Start of Block
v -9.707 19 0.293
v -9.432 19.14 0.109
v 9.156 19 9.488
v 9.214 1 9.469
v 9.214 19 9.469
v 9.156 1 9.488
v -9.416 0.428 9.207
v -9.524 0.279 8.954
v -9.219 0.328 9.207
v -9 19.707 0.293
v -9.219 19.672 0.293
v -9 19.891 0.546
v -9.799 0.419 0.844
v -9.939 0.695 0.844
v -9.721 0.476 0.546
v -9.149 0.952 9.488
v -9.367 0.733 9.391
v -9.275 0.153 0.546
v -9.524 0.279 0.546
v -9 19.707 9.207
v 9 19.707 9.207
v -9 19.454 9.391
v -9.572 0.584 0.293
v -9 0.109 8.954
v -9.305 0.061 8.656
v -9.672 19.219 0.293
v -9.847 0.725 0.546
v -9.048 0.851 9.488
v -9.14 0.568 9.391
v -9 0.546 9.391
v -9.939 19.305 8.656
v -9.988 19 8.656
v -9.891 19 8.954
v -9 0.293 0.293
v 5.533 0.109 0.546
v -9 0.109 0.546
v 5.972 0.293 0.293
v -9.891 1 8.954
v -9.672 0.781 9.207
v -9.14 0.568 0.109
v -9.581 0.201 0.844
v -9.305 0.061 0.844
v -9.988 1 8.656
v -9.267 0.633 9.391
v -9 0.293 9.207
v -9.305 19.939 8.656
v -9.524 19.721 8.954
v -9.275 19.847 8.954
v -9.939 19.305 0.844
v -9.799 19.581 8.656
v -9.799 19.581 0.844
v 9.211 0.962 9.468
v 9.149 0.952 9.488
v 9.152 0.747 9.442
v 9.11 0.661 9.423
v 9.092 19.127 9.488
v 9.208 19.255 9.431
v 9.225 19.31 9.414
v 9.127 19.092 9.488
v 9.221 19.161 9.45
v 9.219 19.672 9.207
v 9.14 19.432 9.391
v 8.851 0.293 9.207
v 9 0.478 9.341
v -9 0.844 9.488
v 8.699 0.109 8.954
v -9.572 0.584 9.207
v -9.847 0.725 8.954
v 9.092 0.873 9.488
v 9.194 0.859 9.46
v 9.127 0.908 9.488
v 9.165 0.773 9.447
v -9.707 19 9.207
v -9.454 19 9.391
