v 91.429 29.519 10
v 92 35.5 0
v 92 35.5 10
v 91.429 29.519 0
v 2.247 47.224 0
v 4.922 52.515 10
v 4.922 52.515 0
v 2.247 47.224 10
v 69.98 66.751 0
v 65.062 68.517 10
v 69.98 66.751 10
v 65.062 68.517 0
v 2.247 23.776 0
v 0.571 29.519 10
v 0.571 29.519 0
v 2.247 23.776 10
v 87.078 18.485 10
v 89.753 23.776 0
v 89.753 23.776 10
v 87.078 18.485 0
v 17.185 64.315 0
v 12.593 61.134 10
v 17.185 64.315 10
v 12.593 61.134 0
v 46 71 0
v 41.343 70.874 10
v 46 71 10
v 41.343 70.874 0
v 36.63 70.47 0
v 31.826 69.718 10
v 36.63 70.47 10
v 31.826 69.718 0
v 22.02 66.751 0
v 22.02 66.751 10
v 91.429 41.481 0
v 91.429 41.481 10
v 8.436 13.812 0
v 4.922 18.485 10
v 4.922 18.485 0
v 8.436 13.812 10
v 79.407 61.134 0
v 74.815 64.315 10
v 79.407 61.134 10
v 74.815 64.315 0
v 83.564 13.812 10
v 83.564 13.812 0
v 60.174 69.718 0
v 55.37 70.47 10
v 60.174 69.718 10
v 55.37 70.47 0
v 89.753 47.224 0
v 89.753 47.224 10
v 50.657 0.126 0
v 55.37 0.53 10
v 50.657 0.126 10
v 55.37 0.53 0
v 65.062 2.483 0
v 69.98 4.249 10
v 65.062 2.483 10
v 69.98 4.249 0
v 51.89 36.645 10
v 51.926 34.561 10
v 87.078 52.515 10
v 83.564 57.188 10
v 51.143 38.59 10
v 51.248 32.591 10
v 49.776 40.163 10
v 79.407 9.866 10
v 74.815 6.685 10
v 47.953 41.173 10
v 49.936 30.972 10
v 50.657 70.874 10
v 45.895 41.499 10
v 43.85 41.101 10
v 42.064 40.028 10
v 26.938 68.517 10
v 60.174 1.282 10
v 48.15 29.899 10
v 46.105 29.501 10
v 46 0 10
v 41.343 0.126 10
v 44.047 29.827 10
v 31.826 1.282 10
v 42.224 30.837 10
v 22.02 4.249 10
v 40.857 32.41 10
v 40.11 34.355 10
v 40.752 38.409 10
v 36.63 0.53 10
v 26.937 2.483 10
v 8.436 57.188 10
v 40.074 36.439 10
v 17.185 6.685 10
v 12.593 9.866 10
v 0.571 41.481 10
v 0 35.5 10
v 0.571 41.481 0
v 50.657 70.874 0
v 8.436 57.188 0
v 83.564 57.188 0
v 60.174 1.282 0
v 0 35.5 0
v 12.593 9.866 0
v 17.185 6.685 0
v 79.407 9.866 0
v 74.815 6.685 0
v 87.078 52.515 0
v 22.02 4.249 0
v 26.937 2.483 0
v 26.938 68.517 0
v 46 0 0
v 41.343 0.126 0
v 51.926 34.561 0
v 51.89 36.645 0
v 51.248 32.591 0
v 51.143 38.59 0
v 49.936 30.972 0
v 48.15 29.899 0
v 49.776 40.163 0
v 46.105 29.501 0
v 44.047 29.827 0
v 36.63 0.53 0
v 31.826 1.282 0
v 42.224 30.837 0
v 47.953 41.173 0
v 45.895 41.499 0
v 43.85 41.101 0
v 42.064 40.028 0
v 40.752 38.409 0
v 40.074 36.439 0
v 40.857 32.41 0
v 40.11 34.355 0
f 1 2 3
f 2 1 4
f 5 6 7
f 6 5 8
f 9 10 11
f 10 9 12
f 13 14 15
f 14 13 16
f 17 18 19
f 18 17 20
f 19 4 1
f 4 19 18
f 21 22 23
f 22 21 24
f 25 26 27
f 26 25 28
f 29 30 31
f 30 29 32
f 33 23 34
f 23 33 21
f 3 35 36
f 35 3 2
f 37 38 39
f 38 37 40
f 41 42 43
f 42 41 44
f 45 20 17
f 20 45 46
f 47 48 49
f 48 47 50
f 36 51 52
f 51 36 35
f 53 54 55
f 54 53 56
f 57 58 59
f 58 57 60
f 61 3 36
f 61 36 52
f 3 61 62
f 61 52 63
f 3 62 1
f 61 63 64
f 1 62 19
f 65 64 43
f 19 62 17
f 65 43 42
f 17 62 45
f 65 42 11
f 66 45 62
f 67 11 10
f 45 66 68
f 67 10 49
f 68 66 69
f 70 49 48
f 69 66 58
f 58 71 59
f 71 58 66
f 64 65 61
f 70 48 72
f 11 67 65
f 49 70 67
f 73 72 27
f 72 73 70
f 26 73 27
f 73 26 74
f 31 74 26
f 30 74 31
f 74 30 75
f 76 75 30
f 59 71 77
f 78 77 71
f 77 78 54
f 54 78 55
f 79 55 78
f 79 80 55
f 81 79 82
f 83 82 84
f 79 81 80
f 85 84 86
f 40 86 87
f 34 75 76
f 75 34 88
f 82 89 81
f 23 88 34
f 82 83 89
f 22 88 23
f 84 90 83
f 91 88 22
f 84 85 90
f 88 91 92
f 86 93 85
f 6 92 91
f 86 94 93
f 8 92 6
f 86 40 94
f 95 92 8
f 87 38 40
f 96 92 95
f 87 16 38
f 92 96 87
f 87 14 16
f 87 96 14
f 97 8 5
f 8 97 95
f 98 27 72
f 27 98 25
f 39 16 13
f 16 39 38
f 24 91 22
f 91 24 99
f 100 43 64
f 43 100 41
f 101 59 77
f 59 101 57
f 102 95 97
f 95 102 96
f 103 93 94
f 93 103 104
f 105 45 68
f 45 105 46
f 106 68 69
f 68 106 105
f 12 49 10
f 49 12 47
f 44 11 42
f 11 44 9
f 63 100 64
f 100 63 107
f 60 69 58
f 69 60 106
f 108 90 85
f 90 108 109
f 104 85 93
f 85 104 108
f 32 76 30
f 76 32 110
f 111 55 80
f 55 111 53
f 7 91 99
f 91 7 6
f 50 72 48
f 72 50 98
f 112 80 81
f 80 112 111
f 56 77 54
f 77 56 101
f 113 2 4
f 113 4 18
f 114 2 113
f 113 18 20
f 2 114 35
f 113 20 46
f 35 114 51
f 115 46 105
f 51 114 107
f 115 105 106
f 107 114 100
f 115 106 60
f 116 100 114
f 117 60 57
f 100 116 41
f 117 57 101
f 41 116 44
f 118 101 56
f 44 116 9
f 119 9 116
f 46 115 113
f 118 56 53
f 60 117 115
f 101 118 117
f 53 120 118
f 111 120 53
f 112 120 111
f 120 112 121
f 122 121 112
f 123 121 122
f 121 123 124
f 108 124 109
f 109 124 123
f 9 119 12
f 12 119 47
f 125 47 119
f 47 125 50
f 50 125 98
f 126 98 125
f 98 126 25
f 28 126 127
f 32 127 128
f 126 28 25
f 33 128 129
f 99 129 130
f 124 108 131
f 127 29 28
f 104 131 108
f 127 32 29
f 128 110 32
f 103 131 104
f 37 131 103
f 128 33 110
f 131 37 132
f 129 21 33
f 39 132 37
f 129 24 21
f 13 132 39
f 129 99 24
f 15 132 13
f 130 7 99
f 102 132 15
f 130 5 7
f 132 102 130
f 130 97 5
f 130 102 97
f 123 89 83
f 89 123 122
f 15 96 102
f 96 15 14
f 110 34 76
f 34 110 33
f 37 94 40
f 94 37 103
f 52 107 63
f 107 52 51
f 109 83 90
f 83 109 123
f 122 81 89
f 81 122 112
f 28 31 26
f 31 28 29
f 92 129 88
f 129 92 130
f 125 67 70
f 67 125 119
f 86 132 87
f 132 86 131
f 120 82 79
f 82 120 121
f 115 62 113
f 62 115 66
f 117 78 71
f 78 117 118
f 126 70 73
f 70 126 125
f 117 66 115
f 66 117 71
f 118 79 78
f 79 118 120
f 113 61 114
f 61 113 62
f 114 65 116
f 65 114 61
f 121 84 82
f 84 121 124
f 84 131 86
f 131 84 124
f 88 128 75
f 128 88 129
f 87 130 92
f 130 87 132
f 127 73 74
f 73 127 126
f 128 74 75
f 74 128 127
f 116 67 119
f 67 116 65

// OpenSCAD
$fn = 32;

// ----------------------------------------------------------------------
// Cam plate: double_lobe cam, base R32
// ----------------------------------------------------------------------

// --- parameters (mm) ---
base_r = 32;              // base circle radius
lobe_h = 14;              // cam lobe rise
bore_r = 6;               // shaft bore radius
plate_t = 10;             // plate thickness, Z (extrusion height)

profile = [[92, 35.5], [91.429, 41.481], [89.753, 47.224], [87.078, 52.515], [83.564, 57.188], [79.407, 61.134], [74.815, 64.315], [69.98, 66.751], [65.062, 68.517], [60.174, 69.718], [55.37, 70.47], [50.657, 70.874], [46, 71], [41.343, 70.874], [36.63, 70.47], [31.826, 69.718], [26.938, 68.517], [22.02, 66.751], [17.185, 64.315], [12.593, 61.134], [8.436, 57.188], [4.922, 52.515], [2.247, 47.224], [0.571, 41.481], [0, 35.5], [0.571, 29.519], [2.247, 23.776], [4.922, 18.485], [8.436, 13.812], [12.593, 9.866], [17.185, 6.685], [22.02, 4.249], [26.937, 2.483], [31.826, 1.282], [36.63, 0.53], [41.343, 0.126], [46, 0], [50.657, 0.126], [55.37, 0.53], [60.174, 1.282], [65.062, 2.483], [69.98, 4.249], [74.815, 6.685], [79.407, 9.866], [83.564, 13.812], [87.078, 18.485], [89.753, 23.776], [91.429, 29.519]];  // primary outline, 48 points, counter clockwise
void_1 = [[51.89, 36.645], [51.143, 38.59], [49.776, 40.163], [47.953, 41.173], [45.895, 41.499], [43.85, 41.101], [42.064, 40.028], [40.752, 38.409], [40.074, 36.439], [40.11, 34.355], [40.857, 32.41], [42.224, 30.837], [44.047, 29.827], [46.105, 29.501], [48.15, 29.899], [49.936, 30.972], [51.248, 32.591], [51.926, 34.561]];  // shaft bore, 18 points

// --- the one profile operation ---
difference() {
  linear_extrude(height = plate_t) polygon(points = profile);
  translate([0, 0, -1])
    linear_extrude(height = plate_t + 2) polygon(points = void_1);
}
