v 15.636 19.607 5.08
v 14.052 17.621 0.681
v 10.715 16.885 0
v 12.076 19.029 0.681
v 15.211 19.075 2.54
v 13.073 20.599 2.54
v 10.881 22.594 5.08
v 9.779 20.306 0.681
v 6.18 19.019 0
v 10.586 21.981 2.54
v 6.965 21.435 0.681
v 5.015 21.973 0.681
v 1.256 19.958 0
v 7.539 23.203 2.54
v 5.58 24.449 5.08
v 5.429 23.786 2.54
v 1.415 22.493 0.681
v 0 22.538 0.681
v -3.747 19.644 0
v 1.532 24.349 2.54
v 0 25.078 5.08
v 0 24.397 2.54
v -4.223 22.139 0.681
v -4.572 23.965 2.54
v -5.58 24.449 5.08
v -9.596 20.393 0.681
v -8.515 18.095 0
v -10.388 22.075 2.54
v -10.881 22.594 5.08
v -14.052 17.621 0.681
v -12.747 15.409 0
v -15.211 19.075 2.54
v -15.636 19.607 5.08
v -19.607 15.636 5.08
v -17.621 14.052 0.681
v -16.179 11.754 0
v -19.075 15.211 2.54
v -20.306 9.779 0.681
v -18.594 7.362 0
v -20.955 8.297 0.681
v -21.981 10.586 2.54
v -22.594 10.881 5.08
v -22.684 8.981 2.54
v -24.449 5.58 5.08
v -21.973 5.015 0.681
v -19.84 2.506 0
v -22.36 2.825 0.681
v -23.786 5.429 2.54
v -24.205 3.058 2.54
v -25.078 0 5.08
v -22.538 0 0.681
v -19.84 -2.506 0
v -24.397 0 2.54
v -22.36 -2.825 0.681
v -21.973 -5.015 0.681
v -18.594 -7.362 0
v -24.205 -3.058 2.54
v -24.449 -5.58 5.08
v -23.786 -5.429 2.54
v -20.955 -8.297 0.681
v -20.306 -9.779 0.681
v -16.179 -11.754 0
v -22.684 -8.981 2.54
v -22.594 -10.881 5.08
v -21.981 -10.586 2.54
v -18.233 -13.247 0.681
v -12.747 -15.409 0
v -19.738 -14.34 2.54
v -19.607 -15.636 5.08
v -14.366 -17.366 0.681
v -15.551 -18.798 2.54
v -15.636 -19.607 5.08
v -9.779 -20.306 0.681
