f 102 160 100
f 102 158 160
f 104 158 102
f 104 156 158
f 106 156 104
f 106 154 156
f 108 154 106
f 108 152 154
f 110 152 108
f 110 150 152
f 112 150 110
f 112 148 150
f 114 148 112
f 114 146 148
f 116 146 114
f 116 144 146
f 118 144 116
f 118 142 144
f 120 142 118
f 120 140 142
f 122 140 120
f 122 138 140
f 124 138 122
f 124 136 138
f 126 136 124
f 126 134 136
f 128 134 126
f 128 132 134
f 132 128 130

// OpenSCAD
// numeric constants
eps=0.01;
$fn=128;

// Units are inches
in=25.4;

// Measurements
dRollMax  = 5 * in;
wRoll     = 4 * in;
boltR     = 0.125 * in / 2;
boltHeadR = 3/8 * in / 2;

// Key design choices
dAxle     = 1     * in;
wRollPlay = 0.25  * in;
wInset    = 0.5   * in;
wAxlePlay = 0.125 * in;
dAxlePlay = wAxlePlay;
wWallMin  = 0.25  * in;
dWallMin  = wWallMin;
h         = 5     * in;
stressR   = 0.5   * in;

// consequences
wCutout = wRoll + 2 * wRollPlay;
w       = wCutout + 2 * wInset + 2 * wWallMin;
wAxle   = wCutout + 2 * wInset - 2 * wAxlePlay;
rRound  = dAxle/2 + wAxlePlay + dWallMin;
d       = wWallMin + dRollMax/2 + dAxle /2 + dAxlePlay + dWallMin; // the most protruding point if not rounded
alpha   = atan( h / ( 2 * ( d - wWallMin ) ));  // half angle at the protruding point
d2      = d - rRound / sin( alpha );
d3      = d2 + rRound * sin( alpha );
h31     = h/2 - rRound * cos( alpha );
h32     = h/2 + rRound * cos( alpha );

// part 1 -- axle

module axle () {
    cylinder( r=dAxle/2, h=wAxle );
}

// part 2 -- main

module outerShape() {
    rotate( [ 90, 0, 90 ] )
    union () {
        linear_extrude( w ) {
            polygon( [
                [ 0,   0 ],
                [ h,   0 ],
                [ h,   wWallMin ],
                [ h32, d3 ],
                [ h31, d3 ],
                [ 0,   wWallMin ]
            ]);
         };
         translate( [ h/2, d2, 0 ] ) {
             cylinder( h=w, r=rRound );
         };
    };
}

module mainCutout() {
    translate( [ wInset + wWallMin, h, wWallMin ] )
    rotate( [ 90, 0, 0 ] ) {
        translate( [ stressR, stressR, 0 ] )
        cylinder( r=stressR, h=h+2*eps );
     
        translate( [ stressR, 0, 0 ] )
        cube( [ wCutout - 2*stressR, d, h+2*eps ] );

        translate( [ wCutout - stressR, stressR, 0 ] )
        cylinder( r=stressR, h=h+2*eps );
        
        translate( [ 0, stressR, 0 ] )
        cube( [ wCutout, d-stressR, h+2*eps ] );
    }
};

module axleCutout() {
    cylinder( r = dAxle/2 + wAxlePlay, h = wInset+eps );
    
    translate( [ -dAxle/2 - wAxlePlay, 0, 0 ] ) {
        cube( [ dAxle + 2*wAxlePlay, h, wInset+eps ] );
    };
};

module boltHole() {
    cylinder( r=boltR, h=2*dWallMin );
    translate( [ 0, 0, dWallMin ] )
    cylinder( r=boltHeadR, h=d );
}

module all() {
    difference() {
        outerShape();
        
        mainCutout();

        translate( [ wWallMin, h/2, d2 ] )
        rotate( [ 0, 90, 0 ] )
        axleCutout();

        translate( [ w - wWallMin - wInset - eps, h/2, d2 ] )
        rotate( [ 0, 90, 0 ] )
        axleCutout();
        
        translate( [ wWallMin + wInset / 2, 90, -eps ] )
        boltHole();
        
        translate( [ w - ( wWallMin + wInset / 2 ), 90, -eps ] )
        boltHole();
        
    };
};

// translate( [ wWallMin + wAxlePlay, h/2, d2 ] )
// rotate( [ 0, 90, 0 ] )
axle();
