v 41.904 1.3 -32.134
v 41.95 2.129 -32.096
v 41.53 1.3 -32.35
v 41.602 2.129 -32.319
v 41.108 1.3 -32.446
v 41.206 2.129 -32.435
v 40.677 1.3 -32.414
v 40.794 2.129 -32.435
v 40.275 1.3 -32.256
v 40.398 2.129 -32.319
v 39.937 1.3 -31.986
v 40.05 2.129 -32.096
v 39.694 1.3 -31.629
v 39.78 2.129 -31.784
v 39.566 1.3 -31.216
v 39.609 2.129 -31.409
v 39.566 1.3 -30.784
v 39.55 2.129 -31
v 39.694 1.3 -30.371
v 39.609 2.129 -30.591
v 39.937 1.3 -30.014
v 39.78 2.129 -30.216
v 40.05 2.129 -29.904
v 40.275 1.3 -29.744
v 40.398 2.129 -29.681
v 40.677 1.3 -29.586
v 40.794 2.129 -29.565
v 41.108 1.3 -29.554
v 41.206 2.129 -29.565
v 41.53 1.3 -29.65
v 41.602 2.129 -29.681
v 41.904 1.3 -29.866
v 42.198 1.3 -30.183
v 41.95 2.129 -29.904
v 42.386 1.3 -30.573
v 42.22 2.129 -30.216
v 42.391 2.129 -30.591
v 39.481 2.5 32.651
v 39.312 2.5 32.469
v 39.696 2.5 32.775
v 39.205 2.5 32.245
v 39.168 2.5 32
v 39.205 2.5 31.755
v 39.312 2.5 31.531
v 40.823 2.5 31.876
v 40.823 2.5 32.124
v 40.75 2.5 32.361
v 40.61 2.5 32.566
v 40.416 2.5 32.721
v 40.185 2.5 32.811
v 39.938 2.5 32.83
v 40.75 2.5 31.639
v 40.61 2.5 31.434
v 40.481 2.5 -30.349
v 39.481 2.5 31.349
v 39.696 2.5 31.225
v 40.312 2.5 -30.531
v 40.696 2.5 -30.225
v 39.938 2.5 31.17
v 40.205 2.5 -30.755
End of Block
◆ **Task to complete**
Set down only the lines above that fall between the line holding "v 65.062 68.517 10" and the line holding "v 50.657 0.126 0", inclusive, keeping each exact.

◆ **Solution for this task**
v 65.062 68.517 10
v 69.98 66.751 10
v 65.062 68.517 0
v 2.247 23.776 0
v 0.571 29.519 10
v 0.571 29.519 0
v 2.247 23.776 10
v 87.078 18.485 10
v 89.753 23.776 0
v 89.753 23.776 10
v 87.078 18.485 0
v 17.185 64.315 0
v 12.593 61.134 10
v 17.185 64.315 10
v 12.593 61.134 0
v 46 71 0
v 41.343 70.874 10
v 46 71 10
v 41.343 70.874 0
v 36.63 70.47 0
v 31.826 69.718 10
v 36.63 70.47 10
v 31.826 69.718 0
v 22.02 66.751 0
v 22.02 66.751 10
v 91.429 41.481 0
v 91.429 41.481 10
v 8.436 13.812 0
v 4.922 18.485 10
v 4.922 18.485 0
v 8.436 13.812 10
v 79.407 61.134 0
v 74.815 64.315 10
v 79.407 61.134 10
v 74.815 64.315 0
v 83.564 13.812 10
v 83.564 13.812 0
v 60.174 69.718 0
v 55.37 70.47 10
v 60.174 69.718 10
v 55.37 70.47 0
v 89.753 47.224 0
v 89.753 47.224 10
v 50.657 0.126 0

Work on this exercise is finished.